I've never said any such thing and you know it. I have pointed out several times that the Pacers BARELY made the playoffs last year, and the ONLY REASON THEY DID make the playoffs is because a lot of things went their way (e.g., Miami got off to a terrible start, New York collapsed early in the season, Milwaukee collapsed late in the season, MJ went down after the All-Star Break with that injury). I just don't understand how a team that's been completely inconsistent, a .500 team over the past couple of seasons, is SUDDENLY going to turn into The Team to Beat in the East. I used to think that the Pacers wouldn't make the playoffs next season, but you've helped me see the light, I think they'll make the playoffs, a #6 or #7 seed sounds about right. I NEVER said this team is going to become "the lowest team in the league," sorry, never happened.



> I've seen posts from you were Kevin Ollie is the starter because we are going to trade Tinsley for some chump who couldnt even make our starting lineup (dont remember who it is).


I have been saying for some time that the Pacers REALLY need to get rid of Austin Croshere's contract, but that the ONLY way that's going to happen is if the Pacers give up something good. There was speculation that the Pacers would trade Tinsley and Croshere to the Celtics for Kenny Anderson, and I thought it made a lot of sense, THAT'S the trade you're apparently talking about. I didn't make that trade up--maybe CHAD FORD made it up, I don't know, that dude has a lot of dumb ideas, but that rumor was really making the rounds a few weeks back.

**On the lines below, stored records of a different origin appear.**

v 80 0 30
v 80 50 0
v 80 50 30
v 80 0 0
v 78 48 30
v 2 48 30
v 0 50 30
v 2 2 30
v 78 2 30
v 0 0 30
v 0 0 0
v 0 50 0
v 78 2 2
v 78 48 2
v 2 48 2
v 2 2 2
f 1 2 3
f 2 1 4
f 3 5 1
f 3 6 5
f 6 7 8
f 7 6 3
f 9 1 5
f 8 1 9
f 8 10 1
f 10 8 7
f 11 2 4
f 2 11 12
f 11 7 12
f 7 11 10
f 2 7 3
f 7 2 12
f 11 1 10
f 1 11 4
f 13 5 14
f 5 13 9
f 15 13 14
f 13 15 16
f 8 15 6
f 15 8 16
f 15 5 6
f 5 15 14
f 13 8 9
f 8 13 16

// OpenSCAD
/* [Dimensions] */
outer_x = 80;
outer_y = 50;
outer_z = 30;
wall = 2; // [1:5:0.5]

difference() {
  cube([outer_x, outer_y, outer_z]);
  translate([wall, wall, wall])
    cube([outer_x - 2 * wall, outer_y - 2 * wall, outer_z]);
}
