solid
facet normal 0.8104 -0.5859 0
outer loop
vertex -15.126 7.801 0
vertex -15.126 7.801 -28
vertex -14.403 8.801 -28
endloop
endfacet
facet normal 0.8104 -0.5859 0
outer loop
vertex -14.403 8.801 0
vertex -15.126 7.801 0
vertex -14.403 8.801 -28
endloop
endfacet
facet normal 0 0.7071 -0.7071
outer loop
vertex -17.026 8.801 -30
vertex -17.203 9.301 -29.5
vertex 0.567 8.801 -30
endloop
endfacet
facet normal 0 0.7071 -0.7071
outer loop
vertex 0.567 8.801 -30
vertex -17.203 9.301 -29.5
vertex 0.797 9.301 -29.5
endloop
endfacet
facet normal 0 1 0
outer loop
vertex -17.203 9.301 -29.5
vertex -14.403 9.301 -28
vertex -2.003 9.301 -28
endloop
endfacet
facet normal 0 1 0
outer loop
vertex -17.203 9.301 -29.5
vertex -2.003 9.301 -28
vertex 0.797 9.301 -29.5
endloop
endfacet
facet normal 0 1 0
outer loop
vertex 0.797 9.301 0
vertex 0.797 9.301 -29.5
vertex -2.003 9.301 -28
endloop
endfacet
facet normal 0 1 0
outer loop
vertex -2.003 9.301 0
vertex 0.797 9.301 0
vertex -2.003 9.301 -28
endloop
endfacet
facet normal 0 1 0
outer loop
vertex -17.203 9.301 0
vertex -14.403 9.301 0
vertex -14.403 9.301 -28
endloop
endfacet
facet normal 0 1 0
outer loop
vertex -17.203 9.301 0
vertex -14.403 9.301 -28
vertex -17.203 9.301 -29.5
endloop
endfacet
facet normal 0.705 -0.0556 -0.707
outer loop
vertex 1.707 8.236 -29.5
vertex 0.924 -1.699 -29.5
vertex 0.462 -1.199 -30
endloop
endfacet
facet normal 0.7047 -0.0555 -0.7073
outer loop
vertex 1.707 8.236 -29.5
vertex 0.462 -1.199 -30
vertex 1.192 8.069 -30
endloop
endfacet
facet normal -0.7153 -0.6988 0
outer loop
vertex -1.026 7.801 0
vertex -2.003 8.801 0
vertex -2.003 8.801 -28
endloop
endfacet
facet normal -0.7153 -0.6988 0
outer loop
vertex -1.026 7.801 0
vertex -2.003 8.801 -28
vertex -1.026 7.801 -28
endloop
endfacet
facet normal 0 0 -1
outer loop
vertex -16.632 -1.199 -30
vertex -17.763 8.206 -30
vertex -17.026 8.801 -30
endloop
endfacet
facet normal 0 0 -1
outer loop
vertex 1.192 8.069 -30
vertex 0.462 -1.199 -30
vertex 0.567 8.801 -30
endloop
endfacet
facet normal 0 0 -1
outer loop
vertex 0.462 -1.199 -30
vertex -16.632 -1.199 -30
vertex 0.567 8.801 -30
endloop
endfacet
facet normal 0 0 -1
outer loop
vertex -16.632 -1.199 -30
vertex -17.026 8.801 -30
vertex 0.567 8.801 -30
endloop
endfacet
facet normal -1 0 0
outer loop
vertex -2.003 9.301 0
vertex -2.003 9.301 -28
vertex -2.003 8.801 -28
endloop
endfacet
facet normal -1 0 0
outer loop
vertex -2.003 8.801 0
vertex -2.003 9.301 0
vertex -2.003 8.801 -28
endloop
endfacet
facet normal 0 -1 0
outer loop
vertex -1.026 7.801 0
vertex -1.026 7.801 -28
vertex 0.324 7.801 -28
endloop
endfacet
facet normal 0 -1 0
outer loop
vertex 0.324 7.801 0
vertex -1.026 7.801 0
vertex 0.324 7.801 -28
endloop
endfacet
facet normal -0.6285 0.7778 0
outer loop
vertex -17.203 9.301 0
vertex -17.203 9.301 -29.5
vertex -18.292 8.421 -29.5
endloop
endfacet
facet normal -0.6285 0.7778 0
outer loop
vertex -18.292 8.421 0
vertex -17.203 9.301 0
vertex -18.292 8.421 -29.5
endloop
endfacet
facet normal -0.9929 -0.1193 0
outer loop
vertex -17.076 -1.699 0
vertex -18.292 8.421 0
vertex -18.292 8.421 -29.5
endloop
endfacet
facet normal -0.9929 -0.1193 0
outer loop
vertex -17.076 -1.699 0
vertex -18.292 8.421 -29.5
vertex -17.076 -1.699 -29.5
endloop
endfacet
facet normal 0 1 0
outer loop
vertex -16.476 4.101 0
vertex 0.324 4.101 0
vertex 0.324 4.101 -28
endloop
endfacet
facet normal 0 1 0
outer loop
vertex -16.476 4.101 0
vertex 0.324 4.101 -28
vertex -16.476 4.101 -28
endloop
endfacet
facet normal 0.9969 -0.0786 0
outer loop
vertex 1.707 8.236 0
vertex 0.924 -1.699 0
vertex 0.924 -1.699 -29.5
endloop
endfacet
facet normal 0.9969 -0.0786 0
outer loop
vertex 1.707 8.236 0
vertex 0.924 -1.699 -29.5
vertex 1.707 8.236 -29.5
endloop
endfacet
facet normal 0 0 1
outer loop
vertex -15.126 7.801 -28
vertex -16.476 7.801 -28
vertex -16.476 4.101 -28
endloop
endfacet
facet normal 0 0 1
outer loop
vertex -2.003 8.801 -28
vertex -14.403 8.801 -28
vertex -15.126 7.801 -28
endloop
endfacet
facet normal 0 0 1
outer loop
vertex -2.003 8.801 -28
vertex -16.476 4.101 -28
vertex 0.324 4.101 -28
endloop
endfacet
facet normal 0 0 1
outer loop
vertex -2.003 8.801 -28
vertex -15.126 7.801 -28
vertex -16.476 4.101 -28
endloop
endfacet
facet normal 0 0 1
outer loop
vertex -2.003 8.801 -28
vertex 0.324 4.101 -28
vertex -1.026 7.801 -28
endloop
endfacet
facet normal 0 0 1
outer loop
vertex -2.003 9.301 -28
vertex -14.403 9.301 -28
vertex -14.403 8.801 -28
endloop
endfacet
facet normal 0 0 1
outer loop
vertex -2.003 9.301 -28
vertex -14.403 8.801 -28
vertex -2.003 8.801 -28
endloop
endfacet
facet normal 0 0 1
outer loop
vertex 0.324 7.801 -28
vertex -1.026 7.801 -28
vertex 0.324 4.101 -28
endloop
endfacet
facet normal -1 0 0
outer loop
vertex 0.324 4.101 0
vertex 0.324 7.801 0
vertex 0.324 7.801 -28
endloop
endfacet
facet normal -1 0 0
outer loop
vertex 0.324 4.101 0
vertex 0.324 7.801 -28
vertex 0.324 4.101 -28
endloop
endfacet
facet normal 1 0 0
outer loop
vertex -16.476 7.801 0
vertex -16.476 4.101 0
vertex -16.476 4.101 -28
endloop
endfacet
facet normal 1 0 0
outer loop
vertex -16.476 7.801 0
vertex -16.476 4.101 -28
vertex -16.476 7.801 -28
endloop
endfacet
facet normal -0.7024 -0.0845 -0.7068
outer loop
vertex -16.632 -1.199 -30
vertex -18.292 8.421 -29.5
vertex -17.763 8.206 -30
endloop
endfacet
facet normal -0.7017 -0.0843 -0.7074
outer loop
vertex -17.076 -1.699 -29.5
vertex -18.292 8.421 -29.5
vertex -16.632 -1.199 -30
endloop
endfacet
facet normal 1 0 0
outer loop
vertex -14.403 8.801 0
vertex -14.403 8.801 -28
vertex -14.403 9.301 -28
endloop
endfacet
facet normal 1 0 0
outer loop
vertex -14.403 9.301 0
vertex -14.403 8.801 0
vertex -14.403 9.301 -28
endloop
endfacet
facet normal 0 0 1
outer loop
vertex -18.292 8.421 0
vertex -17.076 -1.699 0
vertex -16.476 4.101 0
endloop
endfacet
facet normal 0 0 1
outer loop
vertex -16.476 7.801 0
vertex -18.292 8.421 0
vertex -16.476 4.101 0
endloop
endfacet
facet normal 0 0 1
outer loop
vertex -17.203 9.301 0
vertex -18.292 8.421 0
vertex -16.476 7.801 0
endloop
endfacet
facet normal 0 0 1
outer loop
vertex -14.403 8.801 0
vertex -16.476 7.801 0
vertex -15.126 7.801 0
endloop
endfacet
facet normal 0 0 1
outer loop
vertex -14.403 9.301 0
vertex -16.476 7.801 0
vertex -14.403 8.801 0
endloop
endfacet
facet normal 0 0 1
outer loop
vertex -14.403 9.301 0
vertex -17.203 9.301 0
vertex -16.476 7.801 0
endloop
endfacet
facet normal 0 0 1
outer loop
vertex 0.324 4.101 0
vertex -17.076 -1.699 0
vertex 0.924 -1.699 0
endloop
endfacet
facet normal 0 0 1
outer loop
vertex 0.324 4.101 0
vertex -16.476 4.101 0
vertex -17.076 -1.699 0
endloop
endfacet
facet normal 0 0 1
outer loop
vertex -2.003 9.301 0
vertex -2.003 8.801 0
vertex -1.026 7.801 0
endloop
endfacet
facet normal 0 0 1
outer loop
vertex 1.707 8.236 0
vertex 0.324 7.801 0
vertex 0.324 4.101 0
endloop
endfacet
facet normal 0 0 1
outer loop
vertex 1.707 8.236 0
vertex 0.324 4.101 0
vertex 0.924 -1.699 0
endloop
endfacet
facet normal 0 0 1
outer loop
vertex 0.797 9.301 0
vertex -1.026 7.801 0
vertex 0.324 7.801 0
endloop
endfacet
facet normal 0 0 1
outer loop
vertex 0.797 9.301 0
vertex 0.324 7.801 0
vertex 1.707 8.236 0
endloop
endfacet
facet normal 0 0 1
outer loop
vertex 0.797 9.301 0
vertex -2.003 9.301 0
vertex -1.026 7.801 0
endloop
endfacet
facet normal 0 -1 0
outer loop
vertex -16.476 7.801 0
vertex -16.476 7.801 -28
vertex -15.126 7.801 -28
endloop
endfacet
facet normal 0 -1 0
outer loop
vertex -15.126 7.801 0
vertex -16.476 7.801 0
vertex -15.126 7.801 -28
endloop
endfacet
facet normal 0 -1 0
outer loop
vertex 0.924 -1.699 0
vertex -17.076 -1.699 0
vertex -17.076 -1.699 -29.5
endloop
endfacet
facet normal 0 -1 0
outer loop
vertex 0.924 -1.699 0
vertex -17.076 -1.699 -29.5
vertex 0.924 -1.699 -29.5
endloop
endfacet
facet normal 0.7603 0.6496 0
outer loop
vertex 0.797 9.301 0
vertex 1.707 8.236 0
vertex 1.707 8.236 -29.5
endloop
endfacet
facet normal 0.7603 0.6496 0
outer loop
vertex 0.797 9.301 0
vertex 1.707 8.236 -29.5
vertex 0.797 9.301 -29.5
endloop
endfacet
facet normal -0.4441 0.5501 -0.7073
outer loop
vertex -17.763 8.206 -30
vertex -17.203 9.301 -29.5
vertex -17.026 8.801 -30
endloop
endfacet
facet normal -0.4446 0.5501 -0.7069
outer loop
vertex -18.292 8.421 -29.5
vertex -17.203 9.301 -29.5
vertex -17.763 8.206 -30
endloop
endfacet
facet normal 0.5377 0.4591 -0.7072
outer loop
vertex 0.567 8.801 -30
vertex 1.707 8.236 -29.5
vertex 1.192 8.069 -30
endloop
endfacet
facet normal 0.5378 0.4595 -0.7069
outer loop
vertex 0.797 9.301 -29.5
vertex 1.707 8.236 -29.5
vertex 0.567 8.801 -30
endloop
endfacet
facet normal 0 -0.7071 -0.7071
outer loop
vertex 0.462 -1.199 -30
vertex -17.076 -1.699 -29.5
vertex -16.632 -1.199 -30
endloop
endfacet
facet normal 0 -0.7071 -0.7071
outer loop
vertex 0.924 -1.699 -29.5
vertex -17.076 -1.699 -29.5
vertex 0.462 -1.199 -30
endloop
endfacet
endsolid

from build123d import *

# Parameters (mm, degrees)
BOSS_EXTRUDE1_DEPTH = 30
BOSS_EXTRUDE2_DEPTH = 2
CHAMFER8_SIZE       = 0.5


with BuildPart() as part:
    # Sketch1 → Boss-Extrude1 (new body)
    with BuildSketch(Plane.XY):
        Polygon((-17.075998832, -1.699461634), (0.924001168, -1.699461634), (1.706939946, 8.236405705), (0.797202797, 9.300538366), (-2.002797203, 9.300538366), (-2.002797203, 8.800538366), (-1.025998832, 7.800538366), (0.324001168, 7.800538366), (0.324001168, 4.100538366), (-16.475998832, 4.100538366), (-16.475998832, 7.800538366), (-15.125998832, 7.800538366), (-14.402797203, 8.800538366), (-14.402797203, 9.300538366), (-17.202797203, 9.300538366), (-18.292206063, 8.421227081), align=None)
    extrude(amount=-BOSS_EXTRUDE1_DEPTH)

    # Sketch2 → Boss-Extrude2 (add)
    with BuildSketch(Plane(origin=(0, 0, -30), x_dir=(-1, 0, 0), z_dir=(0, 0, -1))):
        Polygon((2.002797203, 9.300538366), (14.402797203, 9.300538366), (16.475998832, 9.300538366), (16.475998832, 4.100538366), (-0.324001168, 4.100538366), (-0.324001168, 9.300538366), align=None)
    extrude(amount=-BOSS_EXTRUDE2_DEPTH)

    # Chamfer8
    chamfer8_edges = [part.edges().sort_by_distance(p)[0] for p in [
        (1.315470557, 3.268472036, -30),
        (1.252071371, 8.768472036, -30),
        (-8.202797203, 9.300538366, -30),
        (-17.684102447, 3.360882724, -30),
        (-17.747501633, 8.860882724, -30),
        (-8.075998832, -1.699461634, -30),
    ]]
    chamfer(chamfer8_edges, length=CHAMFER8_SIZE)


solid = part.part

> You claim to be a pacer fan but do nothing but bash this team.


So pointing out that the Pacers have six free agents and that the Reggie Era may be coming to an end is BASHING the team? Pointing out that this team is NOT going to contend for the Finals as early as next season is BASHING the team? Dude, I'm a realist, that doesn't make me a non-fan. Can one not be a realistic fan? Is it NOT okay to think that a team that you root for AIN'T gonna win it all next year? I LOVE Reggie Miller, he's one of my ALL-TIME FAVORITES, god I love that dude, totally clutch, totally great how he gave Spike Lee a hard time, totally hilarious, LOVE HIM. But he can't play forever. And I'll still root for the dude when he plays for the Spurs next season.



> I could say alot worse but I know the moderators dont like it.


No, they don't like it. I don't care, but the other mods do.



> Reggie is staying a pacer, end of story. RobyG check your head, YOU HEARD IT HERE FIRST.


We'll see next summer! Long live Reggie!


----------



## R-Star (Jun 13, 2002)

Well, your welcome to your own opinion. Be it wrong or right. But as Reggie just said a few days back, he is not a sell out. And talking about prorities, the pacers main one is to sign Reggie. If Reggie or JO had to go, I would pick JO. Even if Reggie was on his last year before he retired. Thats right, I would pick Reggie. You want to know why? Because as you said about how you've been watching ball for years, so have I. Everything the Pacers have been, and where they have gotten, is all because of Reggie. The man is the team, and was the team. Sure losing some other players will hurt us, but oh well, that happens. I know we wont resign all of them. Artest wont be in a pacer uni, and I dont think Brad Miller will be either. Losing Brad will hurt, but someone will offer him way more than hes worth because legit centers are almost getting the max today regardless on if they deserve it or not. Jermain is uncertain. I think he will resign but the only thing that will tell is time. Theres only one free agent I am certain will resign, as well as probably all the other true pacer fans as well, and that is Reggie. There is no way he will be a spur. NO WAY. He's lived a pacer, and he will die a pacer. Does he deserve a ring? Yes, more than anyone. Will he get one, probably not, unless for some reason we also get a huge FA next offseason. But will he sell out to get one? Hell no. Reggie is the Pacers, period.


----------



## KG DA KID (Jun 8, 2002)

They will resign Reggie. I bet Reggie will sign for mabey 2mil a year for 2 years. Especially if the Pacers go far in the playoffs which they will. Reggie has a shot at Winning a title in Indiana because they are just going to get better for the next 5 years if they stay together.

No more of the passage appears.